**PROBLEM TO WORK ON**
From the records below, transcribe exactly the lines that begin at the line with "#27=EDGE_CURVE('',#23,#16,#26,.T.);" and end at the line with "#88=ORIENTED_EDGE('',*,*,#87,.T.);", both included.

=== RECORDED INFORMATION ===

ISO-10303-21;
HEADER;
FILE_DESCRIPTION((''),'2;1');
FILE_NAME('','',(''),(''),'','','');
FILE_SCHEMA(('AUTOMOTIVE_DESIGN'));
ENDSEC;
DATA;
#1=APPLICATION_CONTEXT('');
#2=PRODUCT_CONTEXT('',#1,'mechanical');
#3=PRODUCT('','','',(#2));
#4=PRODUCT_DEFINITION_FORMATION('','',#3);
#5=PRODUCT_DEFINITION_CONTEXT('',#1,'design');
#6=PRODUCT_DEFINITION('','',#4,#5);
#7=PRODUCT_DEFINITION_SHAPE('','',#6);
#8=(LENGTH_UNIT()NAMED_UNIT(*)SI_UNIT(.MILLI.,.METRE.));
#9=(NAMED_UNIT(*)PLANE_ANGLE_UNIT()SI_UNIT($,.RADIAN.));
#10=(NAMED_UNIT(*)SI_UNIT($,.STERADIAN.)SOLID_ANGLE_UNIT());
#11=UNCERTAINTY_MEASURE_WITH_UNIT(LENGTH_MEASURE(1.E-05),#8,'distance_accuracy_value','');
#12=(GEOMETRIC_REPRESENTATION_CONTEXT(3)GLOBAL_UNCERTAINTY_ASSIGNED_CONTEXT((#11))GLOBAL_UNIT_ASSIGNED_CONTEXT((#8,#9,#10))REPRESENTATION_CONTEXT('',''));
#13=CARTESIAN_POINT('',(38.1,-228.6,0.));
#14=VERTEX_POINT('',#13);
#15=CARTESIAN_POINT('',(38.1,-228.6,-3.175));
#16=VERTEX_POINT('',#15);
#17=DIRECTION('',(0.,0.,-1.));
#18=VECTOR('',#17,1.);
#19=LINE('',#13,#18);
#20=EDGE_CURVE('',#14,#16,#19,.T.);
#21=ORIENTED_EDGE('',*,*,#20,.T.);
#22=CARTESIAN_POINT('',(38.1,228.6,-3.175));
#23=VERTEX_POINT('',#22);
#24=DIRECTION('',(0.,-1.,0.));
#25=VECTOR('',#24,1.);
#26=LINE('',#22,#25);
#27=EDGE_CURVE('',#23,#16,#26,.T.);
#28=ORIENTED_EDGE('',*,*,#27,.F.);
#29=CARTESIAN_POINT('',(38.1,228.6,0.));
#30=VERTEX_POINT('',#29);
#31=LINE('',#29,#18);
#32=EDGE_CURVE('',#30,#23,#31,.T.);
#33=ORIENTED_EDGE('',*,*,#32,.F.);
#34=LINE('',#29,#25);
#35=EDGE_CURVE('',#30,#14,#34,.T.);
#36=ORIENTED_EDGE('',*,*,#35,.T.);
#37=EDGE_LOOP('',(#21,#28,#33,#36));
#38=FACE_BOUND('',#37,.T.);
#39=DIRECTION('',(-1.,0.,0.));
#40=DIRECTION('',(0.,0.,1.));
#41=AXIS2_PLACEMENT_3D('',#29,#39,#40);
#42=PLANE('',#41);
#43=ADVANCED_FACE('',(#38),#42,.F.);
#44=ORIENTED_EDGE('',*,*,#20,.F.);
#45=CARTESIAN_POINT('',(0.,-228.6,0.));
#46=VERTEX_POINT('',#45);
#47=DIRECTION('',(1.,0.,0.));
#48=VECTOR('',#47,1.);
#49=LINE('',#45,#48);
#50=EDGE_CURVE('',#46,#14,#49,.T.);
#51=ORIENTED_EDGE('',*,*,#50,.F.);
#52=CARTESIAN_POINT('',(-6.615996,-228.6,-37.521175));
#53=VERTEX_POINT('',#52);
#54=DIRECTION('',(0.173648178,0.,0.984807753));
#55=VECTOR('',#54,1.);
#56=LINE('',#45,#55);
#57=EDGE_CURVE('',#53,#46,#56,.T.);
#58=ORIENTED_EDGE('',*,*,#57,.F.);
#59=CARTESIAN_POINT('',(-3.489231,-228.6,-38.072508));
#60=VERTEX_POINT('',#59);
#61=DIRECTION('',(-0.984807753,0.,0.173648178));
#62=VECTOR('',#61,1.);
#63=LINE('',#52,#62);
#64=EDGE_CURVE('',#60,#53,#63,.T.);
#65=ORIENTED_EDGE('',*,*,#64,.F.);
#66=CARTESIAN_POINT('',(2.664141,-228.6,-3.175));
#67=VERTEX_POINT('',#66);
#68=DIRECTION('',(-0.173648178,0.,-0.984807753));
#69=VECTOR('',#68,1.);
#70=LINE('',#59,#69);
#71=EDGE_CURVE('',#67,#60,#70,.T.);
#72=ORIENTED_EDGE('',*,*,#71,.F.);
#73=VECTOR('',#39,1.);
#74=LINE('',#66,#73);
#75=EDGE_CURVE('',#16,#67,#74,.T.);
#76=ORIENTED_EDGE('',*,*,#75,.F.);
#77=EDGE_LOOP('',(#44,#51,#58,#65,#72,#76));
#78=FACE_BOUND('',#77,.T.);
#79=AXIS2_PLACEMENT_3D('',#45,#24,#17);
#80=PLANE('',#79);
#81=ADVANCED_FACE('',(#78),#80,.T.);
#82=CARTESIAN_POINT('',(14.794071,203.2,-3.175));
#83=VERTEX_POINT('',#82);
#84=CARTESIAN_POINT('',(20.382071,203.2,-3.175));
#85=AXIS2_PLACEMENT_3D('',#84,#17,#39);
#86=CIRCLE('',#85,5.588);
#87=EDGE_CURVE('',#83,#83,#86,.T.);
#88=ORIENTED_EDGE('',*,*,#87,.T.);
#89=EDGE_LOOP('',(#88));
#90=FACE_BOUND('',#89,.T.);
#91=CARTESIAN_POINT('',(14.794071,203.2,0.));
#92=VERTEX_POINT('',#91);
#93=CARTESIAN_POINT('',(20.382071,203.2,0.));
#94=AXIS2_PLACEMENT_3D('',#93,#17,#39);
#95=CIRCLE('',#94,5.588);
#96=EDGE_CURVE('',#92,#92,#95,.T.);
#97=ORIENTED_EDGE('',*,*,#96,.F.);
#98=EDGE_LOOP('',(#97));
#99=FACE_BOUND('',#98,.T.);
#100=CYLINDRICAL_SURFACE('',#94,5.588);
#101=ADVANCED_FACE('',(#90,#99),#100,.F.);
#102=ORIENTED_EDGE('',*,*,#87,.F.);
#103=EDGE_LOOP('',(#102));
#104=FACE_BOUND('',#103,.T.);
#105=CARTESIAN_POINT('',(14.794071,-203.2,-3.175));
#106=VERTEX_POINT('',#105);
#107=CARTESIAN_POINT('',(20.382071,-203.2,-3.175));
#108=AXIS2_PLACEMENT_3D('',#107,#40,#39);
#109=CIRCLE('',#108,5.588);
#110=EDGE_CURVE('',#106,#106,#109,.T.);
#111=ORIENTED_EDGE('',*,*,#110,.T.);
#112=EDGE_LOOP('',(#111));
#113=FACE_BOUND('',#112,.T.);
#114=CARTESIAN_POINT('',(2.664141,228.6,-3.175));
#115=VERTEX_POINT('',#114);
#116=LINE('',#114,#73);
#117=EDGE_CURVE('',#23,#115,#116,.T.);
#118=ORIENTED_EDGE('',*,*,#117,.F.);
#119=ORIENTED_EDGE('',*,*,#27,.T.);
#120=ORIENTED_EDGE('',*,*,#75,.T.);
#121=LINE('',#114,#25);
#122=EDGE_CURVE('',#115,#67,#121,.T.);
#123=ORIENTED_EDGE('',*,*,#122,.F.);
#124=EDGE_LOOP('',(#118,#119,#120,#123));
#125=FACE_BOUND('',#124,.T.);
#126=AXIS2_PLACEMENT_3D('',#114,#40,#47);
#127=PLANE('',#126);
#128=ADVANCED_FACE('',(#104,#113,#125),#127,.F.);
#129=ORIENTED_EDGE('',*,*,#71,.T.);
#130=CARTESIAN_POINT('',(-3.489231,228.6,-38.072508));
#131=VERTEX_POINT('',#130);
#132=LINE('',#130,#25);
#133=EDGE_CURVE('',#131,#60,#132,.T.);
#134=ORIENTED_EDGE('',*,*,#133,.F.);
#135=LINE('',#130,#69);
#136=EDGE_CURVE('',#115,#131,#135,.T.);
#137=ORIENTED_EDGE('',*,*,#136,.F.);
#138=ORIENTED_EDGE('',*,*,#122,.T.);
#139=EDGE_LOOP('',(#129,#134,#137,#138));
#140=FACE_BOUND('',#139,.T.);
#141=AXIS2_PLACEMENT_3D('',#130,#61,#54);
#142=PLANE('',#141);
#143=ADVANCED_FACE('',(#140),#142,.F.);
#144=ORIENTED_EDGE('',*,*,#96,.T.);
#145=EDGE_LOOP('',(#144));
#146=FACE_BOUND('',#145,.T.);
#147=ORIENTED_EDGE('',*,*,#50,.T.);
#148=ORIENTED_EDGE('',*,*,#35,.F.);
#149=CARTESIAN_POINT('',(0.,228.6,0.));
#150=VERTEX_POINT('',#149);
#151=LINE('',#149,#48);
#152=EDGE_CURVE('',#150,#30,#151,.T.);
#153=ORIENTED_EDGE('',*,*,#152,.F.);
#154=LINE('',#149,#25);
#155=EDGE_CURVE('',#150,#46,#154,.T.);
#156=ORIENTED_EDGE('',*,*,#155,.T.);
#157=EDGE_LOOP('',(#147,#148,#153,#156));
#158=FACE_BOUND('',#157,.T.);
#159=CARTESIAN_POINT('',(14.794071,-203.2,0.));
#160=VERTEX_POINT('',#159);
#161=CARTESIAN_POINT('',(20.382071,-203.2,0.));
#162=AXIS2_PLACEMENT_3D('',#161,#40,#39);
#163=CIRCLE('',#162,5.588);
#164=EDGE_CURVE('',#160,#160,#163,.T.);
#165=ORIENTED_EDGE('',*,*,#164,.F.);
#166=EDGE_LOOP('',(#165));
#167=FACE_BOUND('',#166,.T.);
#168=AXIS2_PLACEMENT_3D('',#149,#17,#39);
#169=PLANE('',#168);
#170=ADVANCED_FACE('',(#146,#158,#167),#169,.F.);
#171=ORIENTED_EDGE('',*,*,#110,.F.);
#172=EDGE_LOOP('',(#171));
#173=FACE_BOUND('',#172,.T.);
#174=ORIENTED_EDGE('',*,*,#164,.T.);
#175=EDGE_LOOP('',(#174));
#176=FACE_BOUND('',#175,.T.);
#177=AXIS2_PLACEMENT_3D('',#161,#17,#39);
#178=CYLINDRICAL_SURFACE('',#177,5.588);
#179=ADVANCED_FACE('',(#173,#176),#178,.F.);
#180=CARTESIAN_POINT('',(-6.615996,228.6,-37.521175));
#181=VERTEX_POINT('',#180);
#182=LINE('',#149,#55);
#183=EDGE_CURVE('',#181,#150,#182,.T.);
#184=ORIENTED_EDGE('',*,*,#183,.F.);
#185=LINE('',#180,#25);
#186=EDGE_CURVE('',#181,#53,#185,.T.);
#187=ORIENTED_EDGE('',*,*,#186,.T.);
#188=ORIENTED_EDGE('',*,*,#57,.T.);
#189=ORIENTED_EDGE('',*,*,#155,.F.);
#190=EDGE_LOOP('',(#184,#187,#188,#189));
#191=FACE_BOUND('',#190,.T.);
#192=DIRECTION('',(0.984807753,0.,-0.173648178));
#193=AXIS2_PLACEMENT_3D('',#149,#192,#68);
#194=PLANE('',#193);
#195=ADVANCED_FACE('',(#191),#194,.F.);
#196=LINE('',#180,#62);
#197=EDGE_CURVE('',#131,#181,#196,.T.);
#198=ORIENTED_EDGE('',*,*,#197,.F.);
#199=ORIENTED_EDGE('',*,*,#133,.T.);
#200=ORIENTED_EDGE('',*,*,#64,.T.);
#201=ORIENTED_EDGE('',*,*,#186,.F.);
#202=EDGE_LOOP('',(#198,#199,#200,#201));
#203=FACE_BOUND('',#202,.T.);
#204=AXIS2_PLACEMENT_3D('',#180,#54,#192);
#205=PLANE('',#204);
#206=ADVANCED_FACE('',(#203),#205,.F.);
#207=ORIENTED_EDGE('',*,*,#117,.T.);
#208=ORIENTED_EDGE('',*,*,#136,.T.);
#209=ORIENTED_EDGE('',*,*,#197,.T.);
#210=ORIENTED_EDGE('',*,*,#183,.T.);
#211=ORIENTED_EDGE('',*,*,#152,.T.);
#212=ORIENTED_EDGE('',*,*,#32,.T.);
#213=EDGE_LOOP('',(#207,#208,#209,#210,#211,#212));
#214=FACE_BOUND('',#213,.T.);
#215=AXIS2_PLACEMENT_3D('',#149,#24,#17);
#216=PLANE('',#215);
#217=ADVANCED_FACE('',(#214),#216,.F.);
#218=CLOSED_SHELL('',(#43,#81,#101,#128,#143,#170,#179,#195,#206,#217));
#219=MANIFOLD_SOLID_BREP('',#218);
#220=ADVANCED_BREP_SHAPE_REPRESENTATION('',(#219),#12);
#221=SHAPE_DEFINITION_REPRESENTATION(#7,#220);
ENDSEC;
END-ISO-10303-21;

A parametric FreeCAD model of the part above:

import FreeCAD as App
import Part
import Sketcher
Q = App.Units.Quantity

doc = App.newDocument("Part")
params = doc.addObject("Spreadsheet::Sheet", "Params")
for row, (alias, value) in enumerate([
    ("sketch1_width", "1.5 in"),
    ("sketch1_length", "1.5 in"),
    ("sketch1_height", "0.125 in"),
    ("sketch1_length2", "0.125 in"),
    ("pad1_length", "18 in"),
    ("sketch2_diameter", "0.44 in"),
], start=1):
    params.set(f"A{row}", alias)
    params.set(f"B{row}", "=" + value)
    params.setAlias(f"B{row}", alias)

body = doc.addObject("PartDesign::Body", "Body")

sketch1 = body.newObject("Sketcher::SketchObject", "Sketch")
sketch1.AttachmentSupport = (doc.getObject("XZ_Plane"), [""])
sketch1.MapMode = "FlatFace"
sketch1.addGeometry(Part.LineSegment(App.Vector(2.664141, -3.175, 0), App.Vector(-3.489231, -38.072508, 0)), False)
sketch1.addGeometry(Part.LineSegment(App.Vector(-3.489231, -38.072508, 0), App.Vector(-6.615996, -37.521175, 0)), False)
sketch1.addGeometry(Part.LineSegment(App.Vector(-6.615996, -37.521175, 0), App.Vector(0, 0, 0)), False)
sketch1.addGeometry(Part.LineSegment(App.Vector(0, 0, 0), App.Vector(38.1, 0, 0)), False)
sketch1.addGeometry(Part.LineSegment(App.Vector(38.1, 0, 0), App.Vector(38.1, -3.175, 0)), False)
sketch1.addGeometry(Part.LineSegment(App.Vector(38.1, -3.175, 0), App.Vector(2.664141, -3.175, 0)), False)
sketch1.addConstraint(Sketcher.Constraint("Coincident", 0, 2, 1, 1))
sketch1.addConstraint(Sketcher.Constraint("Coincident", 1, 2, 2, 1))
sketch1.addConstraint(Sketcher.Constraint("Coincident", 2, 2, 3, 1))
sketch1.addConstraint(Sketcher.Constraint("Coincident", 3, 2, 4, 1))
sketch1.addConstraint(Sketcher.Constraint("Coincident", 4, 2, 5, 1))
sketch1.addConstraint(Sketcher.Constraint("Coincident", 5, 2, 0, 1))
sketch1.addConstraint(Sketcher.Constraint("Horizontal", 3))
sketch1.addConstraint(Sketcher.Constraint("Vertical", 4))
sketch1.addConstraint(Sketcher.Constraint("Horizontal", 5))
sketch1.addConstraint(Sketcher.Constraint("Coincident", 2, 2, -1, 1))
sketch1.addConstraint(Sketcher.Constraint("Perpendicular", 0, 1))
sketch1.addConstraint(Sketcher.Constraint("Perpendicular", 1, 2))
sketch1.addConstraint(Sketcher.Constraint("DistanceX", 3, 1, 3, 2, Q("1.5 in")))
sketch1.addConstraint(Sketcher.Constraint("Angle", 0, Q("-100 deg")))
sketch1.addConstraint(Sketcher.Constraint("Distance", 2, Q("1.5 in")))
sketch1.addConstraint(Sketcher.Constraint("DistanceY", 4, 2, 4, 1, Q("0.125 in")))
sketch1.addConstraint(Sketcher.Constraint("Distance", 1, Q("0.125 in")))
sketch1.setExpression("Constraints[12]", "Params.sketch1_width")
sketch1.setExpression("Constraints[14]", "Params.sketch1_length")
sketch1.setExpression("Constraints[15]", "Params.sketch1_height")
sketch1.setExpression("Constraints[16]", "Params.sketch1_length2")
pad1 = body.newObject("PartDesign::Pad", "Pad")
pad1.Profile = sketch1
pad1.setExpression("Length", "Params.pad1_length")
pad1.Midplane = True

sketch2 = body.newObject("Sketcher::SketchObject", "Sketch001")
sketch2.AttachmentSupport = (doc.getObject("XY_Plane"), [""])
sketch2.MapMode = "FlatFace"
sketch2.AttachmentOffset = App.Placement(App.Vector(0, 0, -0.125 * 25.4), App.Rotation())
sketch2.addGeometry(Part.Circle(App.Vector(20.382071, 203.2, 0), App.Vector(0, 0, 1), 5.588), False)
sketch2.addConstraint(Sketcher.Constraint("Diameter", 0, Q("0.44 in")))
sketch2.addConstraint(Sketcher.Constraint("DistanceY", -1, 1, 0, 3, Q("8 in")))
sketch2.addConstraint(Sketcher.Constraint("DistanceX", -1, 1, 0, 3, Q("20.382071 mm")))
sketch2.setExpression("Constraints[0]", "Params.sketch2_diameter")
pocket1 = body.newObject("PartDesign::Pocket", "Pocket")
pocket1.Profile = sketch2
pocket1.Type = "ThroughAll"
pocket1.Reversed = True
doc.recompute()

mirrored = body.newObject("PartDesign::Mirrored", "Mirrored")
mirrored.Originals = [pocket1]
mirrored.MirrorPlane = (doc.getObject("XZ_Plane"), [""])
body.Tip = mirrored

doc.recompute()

===

**FINISHED EXERCISE**
#27=EDGE_CURVE('',#23,#16,#26,.T.);
#28=ORIENTED_EDGE('',*,*,#27,.F.);
#29=CARTESIAN_POINT('',(38.1,228.6,0.));
#30=VERTEX_POINT('',#29);
#31=LINE('',#29,#18);
#32=EDGE_CURVE('',#30,#23,#31,.T.);
#33=ORIENTED_EDGE('',*,*,#32,.F.);
#34=LINE('',#29,#25);
#35=EDGE_CURVE('',#30,#14,#34,.T.);
#36=ORIENTED_EDGE('',*,*,#35,.T.);
#37=EDGE_LOOP('',(#21,#28,#33,#36));
#38=FACE_BOUND('',#37,.T.);
#39=DIRECTION('',(-1.,0.,0.));
#40=DIRECTION('',(0.,0.,1.));
#41=AXIS2_PLACEMENT_3D('',#29,#39,#40);
#42=PLANE('',#41);
#43=ADVANCED_FACE('',(#38),#42,.F.);
#44=ORIENTED_EDGE('',*,*,#20,.F.);
#45=CARTESIAN_POINT('',(0.,-228.6,0.));
#46=VERTEX_POINT('',#45);
#47=DIRECTION('',(1.,0.,0.));
#48=VECTOR('',#47,1.);
#49=LINE('',#45,#48);
#50=EDGE_CURVE('',#46,#14,#49,.T.);
#51=ORIENTED_EDGE('',*,*,#50,.F.);
#52=CARTESIAN_POINT('',(-6.615996,-228.6,-37.521175));
#53=VERTEX_POINT('',#52);
#54=DIRECTION('',(0.173648178,0.,0.984807753));
#55=VECTOR('',#54,1.);
#56=LINE('',#45,#55);
#57=EDGE_CURVE('',#53,#46,#56,.T.);
#58=ORIENTED_EDGE('',*,*,#57,.F.);
#59=CARTESIAN_POINT('',(-3.489231,-228.6,-38.072508));
#60=VERTEX_POINT('',#59);
#61=DIRECTION('',(-0.984807753,0.,0.173648178));
#62=VECTOR('',#61,1.);
#63=LINE('',#52,#62);
#64=EDGE_CURVE('',#60,#53,#63,.T.);
#65=ORIENTED_EDGE('',*,*,#64,.F.);
#66=CARTESIAN_POINT('',(2.664141,-228.6,-3.175));
#67=VERTEX_POINT('',#66);
#68=DIRECTION('',(-0.173648178,0.,-0.984807753));
#69=VECTOR('',#68,1.);
#70=LINE('',#59,#69);
#71=EDGE_CURVE('',#67,#60,#70,.T.);
#72=ORIENTED_EDGE('',*,*,#71,.F.);
#73=VECTOR('',#39,1.);
#74=LINE('',#66,#73);
#75=EDGE_CURVE('',#16,#67,#74,.T.);
#76=ORIENTED_EDGE('',*,*,#75,.F.);
#77=EDGE_LOOP('',(#44,#51,#58,#65,#72,#76));
#78=FACE_BOUND('',#77,.T.);
#79=AXIS2_PLACEMENT_3D('',#45,#24,#17);
#80=PLANE('',#79);
#81=ADVANCED_FACE('',(#78),#80,.T.);
#82=CARTESIAN_POINT('',(14.794071,203.2,-3.175));
#83=VERTEX_POINT('',#82);
#84=CARTESIAN_POINT('',(20.382071,203.2,-3.175));
#85=AXIS2_PLACEMENT_3D('',#84,#17,#39);
#86=CIRCLE('',#85,5.588);
#87=EDGE_CURVE('',#83,#83,#86,.T.);
#88=ORIENTED_EDGE('',*,*,#87,.T.);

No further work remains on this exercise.